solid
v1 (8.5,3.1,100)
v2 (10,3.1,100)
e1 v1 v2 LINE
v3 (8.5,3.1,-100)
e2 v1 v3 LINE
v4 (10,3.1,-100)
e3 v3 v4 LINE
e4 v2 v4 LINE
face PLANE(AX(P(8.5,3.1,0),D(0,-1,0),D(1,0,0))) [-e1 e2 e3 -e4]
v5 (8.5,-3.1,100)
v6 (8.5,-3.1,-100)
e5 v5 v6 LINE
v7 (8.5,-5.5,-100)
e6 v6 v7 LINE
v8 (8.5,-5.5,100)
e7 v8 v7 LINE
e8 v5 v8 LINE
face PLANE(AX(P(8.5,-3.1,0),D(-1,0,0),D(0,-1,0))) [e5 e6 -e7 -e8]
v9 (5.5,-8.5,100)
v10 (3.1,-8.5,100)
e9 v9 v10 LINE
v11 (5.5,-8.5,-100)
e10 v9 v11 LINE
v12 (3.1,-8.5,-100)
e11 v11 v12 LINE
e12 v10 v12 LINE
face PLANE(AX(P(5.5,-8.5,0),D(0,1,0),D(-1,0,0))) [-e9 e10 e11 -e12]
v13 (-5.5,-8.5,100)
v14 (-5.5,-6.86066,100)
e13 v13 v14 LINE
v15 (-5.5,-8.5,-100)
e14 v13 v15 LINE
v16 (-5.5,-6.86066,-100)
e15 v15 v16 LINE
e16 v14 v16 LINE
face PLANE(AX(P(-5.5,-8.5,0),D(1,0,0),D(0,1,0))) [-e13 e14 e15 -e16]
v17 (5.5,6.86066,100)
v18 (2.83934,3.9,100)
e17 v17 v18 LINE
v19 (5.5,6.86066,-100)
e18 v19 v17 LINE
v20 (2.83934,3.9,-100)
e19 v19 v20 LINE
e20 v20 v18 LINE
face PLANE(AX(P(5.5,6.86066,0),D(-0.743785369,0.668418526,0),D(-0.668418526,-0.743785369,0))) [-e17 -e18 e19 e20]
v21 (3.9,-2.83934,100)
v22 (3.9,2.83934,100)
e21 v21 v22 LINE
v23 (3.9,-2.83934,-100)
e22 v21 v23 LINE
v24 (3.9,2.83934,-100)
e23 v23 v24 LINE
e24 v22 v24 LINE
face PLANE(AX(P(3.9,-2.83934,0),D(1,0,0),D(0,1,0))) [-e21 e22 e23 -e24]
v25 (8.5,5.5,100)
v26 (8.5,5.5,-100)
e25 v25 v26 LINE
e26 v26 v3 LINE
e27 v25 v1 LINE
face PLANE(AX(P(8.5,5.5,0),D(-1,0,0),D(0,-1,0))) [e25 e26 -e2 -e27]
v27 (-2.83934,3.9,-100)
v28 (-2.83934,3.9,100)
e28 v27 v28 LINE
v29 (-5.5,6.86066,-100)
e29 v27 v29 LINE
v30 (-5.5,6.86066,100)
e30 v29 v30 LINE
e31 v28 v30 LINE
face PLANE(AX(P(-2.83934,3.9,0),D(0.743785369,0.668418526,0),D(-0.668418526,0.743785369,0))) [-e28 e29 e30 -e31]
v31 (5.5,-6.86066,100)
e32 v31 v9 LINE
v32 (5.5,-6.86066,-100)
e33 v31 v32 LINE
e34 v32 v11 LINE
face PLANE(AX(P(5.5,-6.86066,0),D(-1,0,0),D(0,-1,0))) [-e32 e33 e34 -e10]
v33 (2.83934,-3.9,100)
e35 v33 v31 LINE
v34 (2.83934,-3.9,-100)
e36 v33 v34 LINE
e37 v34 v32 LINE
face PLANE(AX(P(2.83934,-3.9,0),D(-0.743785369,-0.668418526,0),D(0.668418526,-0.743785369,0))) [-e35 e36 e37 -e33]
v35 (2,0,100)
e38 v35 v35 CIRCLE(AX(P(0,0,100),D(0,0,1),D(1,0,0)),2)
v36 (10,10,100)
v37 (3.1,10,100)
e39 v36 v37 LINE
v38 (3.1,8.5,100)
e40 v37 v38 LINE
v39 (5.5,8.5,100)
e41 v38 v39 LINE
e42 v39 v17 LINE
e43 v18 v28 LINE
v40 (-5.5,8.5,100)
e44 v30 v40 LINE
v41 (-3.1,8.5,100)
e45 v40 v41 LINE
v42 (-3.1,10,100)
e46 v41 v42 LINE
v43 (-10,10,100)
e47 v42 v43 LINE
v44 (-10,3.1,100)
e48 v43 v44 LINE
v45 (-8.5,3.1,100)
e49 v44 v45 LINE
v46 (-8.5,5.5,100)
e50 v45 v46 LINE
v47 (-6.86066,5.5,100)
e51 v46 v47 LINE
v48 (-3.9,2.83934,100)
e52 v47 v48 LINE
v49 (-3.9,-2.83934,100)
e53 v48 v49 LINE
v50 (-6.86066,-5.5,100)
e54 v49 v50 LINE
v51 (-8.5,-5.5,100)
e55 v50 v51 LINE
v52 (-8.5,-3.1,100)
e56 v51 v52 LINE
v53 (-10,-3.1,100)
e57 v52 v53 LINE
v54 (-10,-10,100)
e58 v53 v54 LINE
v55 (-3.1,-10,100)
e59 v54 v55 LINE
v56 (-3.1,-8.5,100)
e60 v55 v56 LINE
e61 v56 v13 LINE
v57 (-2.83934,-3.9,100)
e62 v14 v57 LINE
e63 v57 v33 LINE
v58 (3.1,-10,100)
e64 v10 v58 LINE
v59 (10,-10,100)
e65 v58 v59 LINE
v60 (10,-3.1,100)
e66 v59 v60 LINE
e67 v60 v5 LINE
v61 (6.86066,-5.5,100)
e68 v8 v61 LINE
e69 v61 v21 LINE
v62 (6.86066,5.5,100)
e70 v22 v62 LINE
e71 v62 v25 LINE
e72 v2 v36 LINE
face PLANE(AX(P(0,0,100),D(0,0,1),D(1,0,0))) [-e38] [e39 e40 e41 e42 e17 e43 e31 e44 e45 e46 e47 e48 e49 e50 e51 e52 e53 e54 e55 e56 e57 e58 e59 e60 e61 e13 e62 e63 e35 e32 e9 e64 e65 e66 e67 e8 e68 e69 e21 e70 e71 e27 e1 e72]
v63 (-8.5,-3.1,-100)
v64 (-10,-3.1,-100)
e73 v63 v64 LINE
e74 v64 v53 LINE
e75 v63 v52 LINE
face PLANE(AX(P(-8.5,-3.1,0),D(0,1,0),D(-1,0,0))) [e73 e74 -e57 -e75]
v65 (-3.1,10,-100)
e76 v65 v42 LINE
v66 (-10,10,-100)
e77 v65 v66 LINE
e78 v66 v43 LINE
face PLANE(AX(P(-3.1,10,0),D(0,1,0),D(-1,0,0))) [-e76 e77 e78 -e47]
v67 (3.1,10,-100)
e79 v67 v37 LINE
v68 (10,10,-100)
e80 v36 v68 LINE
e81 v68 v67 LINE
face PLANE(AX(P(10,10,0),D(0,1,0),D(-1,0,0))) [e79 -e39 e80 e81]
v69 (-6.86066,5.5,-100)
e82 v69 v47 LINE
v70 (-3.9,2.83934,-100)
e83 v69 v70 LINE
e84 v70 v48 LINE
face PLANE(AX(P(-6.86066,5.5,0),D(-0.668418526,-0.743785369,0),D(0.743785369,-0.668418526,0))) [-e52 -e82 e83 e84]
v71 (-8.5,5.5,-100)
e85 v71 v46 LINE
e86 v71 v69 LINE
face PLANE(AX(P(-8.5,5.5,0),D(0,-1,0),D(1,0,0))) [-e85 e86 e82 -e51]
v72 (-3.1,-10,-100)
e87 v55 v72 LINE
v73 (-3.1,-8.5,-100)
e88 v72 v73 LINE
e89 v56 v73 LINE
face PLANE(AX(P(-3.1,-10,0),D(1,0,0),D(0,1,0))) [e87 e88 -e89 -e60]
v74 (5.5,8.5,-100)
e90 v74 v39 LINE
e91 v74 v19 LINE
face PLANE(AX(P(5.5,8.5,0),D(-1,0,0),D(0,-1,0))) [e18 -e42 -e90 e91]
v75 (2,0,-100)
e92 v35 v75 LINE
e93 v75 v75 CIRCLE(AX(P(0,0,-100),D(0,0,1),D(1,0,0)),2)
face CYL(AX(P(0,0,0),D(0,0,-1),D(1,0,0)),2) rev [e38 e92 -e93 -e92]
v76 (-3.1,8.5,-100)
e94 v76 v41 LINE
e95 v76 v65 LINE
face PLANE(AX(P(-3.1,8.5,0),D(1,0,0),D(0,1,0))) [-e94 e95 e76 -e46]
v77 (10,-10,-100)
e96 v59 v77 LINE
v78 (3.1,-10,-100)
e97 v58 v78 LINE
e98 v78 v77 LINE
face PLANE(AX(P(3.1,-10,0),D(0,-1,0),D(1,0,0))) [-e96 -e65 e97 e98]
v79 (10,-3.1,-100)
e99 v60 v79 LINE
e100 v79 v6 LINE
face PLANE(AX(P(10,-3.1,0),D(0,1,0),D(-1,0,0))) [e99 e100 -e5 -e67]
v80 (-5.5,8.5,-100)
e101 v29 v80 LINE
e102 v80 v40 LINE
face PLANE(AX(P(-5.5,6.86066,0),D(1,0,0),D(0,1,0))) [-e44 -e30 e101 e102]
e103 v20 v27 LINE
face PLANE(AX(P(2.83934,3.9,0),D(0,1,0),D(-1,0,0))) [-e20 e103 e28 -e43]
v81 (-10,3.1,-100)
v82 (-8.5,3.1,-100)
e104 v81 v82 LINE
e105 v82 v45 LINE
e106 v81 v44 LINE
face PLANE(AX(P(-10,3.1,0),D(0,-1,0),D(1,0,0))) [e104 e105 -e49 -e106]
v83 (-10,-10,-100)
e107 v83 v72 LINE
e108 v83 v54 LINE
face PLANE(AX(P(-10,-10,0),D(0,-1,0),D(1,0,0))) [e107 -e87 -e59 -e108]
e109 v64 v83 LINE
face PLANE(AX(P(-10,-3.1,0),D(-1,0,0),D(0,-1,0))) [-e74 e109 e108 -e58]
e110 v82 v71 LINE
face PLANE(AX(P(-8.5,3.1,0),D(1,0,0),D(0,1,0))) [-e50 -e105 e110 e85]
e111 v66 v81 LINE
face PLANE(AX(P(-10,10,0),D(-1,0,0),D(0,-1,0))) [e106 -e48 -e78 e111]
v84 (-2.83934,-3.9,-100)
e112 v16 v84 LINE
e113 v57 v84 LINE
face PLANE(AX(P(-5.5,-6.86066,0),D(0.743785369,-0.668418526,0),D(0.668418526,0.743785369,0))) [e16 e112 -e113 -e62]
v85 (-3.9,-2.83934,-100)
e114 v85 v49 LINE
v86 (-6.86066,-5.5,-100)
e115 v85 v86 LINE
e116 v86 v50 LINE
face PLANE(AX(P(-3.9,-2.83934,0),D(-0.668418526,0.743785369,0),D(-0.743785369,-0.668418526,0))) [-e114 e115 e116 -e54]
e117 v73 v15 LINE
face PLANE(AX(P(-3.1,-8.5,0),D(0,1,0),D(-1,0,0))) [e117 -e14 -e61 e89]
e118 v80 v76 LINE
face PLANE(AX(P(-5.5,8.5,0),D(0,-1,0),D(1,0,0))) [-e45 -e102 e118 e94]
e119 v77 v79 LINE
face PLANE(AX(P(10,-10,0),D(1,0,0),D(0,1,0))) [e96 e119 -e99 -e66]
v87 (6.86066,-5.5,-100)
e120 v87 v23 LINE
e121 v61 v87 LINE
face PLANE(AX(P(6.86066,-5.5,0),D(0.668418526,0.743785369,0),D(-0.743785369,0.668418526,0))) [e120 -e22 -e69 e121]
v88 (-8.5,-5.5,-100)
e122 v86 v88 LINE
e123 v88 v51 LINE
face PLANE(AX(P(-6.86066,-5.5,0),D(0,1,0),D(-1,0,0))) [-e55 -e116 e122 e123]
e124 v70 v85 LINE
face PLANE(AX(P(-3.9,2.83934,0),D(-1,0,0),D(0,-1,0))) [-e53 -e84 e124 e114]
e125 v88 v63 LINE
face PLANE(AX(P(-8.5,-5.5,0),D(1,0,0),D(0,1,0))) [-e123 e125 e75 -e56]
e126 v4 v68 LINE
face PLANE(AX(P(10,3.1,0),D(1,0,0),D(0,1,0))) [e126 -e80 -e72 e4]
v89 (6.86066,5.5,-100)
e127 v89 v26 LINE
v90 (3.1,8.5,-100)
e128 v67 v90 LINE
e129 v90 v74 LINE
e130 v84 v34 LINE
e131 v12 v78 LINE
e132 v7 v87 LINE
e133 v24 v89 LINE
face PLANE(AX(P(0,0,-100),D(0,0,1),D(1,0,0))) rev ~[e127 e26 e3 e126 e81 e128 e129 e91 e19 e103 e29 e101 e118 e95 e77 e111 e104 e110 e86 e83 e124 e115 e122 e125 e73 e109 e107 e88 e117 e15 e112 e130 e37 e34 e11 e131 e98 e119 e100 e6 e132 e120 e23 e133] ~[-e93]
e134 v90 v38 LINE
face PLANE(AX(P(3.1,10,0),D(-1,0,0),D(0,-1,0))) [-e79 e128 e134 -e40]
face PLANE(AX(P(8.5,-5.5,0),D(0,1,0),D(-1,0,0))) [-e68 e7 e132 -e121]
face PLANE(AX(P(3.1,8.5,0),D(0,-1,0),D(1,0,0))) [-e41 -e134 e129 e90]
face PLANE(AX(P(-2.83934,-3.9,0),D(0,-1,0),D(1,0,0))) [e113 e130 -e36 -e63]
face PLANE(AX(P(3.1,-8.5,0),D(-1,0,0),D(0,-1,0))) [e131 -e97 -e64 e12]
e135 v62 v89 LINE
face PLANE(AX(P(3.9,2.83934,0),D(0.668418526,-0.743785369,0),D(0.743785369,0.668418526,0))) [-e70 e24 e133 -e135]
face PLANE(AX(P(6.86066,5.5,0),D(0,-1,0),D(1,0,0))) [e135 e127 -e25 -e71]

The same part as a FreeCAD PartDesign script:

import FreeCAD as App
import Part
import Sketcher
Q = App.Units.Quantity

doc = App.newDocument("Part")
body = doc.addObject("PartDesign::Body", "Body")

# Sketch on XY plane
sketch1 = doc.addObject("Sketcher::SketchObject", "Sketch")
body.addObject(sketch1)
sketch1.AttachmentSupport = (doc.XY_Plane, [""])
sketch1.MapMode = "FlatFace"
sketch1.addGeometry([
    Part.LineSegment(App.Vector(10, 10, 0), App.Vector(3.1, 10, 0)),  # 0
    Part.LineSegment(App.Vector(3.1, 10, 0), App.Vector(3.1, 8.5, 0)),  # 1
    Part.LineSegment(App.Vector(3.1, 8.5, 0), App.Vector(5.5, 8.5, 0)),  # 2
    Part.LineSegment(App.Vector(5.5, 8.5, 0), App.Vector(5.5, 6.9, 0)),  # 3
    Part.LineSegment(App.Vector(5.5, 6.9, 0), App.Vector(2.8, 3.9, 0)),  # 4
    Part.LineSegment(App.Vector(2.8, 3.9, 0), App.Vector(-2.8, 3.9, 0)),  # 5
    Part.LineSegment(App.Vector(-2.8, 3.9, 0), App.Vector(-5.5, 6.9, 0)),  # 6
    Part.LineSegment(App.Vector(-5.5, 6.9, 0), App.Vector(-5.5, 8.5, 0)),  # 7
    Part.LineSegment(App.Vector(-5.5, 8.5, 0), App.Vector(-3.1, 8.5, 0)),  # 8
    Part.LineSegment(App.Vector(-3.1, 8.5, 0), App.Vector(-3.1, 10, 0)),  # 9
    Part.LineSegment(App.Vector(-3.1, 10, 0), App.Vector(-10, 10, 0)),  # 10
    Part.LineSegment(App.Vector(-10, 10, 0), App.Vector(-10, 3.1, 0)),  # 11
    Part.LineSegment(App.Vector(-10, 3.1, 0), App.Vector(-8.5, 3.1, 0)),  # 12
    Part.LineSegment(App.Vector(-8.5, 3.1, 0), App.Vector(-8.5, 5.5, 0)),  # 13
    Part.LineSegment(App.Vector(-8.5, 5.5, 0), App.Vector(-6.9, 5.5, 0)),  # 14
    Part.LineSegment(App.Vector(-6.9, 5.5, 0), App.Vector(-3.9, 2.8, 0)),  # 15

________________

• **TASK**: Find where the line with "v49 (-3.9,-2.83934,100)" sits in the material above, then copy exactly from it through the line with "e84 v70 v48 LINE". Add no other line.

• **ANSWER TO THIS TASK**:
v49 (-3.9,-2.83934,100)
e53 v48 v49 LINE
v50 (-6.86066,-5.5,100)
e54 v49 v50 LINE
v51 (-8.5,-5.5,100)
e55 v50 v51 LINE
v52 (-8.5,-3.1,100)
e56 v51 v52 LINE
v53 (-10,-3.1,100)
e57 v52 v53 LINE
v54 (-10,-10,100)
e58 v53 v54 LINE
v55 (-3.1,-10,100)
e59 v54 v55 LINE
v56 (-3.1,-8.5,100)
e60 v55 v56 LINE
e61 v56 v13 LINE
v57 (-2.83934,-3.9,100)
e62 v14 v57 LINE
e63 v57 v33 LINE
v58 (3.1,-10,100)
e64 v10 v58 LINE
v59 (10,-10,100)
e65 v58 v59 LINE
v60 (10,-3.1,100)
e66 v59 v60 LINE
e67 v60 v5 LINE
v61 (6.86066,-5.5,100)
e68 v8 v61 LINE
e69 v61 v21 LINE
v62 (6.86066,5.5,100)
e70 v22 v62 LINE
e71 v62 v25 LINE
e72 v2 v36 LINE
face PLANE(AX(P(0,0,100),D(0,0,1),D(1,0,0))) [-e38] [e39 e40 e41 e42 e17 e43 e31 e44 e45 e46 e47 e48 e49 e50 e51 e52 e53 e54 e55 e56 e57 e58 e59 e60 e61 e13 e62 e63 e35 e32 e9 e64 e65 e66 e67 e8 e68 e69 e21 e70 e71 e27 e1 e72]
v63 (-8.5,-3.1,-100)
v64 (-10,-3.1,-100)
e73 v63 v64 LINE
e74 v64 v53 LINE
e75 v63 v52 LINE
face PLANE(AX(P(-8.5,-3.1,0),D(0,1,0),D(-1,0,0))) [e73 e74 -e57 -e75]
v65 (-3.1,10,-100)
e76 v65 v42 LINE
v66 (-10,10,-100)
e77 v65 v66 LINE
e78 v66 v43 LINE
face PLANE(AX(P(-3.1,10,0),D(0,1,0),D(-1,0,0))) [-e76 e77 e78 -e47]
v67 (3.1,10,-100)
e79 v67 v37 LINE
v68 (10,10,-100)
e80 v36 v68 LINE
e81 v68 v67 LINE
face PLANE(AX(P(10,10,0),D(0,1,0),D(-1,0,0))) [e79 -e39 e80 e81]
v69 (-6.86066,5.5,-100)
e82 v69 v47 LINE
v70 (-3.9,2.83934,-100)
e83 v69 v70 LINE
e84 v70 v48 LINE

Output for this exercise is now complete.